(Beginning of RECORDS FOR THIS EXERCISE)

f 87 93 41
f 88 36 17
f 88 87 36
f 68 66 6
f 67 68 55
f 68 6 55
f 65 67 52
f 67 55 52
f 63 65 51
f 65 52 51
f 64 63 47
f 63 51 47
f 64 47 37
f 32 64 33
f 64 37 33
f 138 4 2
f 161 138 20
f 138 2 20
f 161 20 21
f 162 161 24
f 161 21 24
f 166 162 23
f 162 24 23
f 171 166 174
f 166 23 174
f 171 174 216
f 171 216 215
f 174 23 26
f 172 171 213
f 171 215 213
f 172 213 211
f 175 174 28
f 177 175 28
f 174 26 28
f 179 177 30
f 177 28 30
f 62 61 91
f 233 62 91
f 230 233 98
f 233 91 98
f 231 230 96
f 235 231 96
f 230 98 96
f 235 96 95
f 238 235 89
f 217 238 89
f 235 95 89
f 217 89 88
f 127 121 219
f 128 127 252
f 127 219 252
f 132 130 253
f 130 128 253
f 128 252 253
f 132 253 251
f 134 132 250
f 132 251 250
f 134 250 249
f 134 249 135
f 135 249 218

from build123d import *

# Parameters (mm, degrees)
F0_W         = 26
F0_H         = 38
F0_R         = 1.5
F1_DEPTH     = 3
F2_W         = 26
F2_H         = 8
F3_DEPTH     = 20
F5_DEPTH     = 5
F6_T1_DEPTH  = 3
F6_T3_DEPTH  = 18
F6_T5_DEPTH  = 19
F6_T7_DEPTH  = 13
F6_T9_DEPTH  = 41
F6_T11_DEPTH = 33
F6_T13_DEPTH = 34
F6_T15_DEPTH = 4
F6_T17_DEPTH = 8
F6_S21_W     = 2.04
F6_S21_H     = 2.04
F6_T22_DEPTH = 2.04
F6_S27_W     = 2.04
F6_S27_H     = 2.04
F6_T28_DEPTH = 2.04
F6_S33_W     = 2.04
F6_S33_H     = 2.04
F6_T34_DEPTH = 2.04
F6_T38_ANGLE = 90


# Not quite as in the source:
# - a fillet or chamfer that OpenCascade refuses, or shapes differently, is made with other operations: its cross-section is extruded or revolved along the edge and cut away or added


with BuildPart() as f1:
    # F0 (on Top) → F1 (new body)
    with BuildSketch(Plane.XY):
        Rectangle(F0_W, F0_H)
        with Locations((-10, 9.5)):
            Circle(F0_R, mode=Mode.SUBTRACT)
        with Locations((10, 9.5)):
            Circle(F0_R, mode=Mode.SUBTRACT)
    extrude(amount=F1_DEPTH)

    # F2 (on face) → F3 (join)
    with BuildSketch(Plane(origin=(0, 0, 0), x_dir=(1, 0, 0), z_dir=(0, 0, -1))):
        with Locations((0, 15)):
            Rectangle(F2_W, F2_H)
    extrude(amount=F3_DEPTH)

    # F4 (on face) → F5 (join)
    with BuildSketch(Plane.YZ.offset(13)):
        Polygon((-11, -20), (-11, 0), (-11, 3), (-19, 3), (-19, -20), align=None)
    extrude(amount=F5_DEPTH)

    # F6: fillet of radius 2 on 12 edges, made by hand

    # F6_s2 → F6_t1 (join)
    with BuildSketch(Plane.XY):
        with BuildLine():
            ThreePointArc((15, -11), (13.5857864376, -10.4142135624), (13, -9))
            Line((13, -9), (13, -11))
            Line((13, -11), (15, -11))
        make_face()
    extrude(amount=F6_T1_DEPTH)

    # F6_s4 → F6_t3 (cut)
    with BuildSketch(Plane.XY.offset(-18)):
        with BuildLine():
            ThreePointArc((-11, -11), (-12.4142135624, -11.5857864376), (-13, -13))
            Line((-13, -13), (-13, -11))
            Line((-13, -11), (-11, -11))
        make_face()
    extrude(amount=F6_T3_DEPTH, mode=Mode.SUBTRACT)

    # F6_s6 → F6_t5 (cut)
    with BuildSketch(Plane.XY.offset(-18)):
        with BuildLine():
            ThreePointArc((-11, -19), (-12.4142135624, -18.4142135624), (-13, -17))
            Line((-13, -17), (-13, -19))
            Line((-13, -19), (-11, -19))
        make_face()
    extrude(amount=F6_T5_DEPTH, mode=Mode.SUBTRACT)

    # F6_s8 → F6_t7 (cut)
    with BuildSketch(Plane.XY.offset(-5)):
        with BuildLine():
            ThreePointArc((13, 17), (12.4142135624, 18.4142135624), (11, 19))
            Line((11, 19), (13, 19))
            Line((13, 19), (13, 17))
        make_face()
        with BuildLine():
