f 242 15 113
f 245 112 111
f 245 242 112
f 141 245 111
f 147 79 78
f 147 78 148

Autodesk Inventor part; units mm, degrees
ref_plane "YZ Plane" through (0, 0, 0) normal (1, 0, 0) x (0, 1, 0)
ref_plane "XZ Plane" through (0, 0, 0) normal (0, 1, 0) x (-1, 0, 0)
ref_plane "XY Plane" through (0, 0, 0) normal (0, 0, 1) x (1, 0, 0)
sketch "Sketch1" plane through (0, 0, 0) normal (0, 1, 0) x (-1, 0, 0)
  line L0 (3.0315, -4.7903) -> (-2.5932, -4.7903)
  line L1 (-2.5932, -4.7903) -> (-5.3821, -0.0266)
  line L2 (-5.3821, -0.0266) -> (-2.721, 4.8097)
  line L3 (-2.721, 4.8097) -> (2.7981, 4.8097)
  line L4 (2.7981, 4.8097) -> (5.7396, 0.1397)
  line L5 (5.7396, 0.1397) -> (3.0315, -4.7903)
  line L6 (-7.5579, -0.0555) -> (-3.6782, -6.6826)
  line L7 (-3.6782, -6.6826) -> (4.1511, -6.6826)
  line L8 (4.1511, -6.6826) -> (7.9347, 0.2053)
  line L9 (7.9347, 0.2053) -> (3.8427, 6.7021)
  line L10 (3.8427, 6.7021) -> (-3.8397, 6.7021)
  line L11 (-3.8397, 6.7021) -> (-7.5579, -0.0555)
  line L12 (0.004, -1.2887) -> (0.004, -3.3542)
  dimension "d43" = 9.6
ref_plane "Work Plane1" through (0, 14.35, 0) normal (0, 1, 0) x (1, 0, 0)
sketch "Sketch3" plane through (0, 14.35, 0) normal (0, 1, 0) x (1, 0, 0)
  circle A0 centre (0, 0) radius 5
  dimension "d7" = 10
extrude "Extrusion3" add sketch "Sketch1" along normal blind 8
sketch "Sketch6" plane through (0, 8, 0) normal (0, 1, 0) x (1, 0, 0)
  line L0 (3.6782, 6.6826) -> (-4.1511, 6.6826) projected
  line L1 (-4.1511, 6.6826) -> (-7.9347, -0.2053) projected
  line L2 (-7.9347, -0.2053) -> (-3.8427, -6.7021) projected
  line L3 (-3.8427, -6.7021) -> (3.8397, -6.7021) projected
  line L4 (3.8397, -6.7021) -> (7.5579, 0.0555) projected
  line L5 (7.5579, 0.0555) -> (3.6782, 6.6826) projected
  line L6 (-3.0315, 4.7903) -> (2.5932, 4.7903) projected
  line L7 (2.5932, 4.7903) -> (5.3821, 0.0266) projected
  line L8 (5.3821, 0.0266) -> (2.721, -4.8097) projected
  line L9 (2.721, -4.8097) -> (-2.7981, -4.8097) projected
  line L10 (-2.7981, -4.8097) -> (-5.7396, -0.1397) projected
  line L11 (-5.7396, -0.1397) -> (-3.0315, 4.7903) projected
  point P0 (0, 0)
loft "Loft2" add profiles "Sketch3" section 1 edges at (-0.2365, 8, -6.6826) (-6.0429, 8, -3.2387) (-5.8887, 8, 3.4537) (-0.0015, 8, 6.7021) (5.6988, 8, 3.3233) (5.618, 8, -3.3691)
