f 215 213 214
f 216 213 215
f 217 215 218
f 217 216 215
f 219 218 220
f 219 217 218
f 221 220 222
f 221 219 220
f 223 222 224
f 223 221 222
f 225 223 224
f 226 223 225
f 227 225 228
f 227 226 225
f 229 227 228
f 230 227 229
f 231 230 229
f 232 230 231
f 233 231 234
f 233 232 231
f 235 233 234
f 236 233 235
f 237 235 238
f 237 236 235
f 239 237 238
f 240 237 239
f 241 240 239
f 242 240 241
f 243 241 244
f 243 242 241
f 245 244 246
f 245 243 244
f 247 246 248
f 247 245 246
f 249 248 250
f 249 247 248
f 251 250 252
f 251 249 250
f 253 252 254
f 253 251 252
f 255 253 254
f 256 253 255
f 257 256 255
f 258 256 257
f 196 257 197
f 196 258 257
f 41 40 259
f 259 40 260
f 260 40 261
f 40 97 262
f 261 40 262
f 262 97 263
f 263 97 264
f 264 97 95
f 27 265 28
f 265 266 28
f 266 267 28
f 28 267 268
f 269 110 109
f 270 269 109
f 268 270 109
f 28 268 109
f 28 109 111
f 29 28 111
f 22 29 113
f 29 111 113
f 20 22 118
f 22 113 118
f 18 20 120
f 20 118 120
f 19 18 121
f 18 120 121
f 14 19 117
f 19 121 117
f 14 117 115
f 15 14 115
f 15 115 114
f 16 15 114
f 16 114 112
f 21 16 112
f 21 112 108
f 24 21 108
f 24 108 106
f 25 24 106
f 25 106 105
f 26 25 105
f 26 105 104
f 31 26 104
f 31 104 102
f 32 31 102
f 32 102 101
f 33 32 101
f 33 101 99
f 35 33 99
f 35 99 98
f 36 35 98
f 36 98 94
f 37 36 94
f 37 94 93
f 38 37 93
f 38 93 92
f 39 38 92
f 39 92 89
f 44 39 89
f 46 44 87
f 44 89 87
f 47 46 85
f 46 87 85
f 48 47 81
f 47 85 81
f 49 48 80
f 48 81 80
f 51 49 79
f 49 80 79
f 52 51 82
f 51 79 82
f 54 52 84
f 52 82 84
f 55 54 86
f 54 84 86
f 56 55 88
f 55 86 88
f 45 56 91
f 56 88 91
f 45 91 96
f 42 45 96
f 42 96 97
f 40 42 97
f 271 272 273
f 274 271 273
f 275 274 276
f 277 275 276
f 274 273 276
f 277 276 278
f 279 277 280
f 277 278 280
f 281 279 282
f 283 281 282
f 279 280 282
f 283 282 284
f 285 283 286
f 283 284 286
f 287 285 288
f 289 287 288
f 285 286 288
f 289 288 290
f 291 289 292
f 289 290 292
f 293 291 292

(End of RECORDS FOR THIS EXERCISE)

WHAT THE EXERCISE ASKS -
Your task is to quote the lines above, beginning with the first and ending with the one that holds "f 134 249 135".

ANSWER BOX -
f 87 93 41
f 88 36 17
f 88 87 36
f 68 66 6
f 67 68 55
f 68 6 55
f 65 67 52
f 67 55 52
f 63 65 51
f 65 52 51
f 64 63 47
f 63 51 47
f 64 47 37
f 32 64 33
f 64 37 33
f 138 4 2
f 161 138 20
f 138 2 20
f 161 20 21
f 162 161 24
f 161 21 24
f 166 162 23
f 162 24 23
f 171 166 174
f 166 23 174
f 171 174 216
f 171 216 215
f 174 23 26
f 172 171 213
f 171 215 213
f 172 213 211
f 175 174 28
f 177 175 28
f 174 26 28
f 179 177 30
f 177 28 30
f 62 61 91
f 233 62 91
f 230 233 98
f 233 91 98
f 231 230 96
f 235 231 96
f 230 98 96
f 235 96 95
f 238 235 89
f 217 238 89
f 235 95 89
f 217 89 88
f 127 121 219
f 128 127 252
f 127 219 252
f 132 130 253
f 130 128 253
f 128 252 253
f 132 253 251
f 134 132 250
f 132 251 250
f 134 250 249
f 134 249 135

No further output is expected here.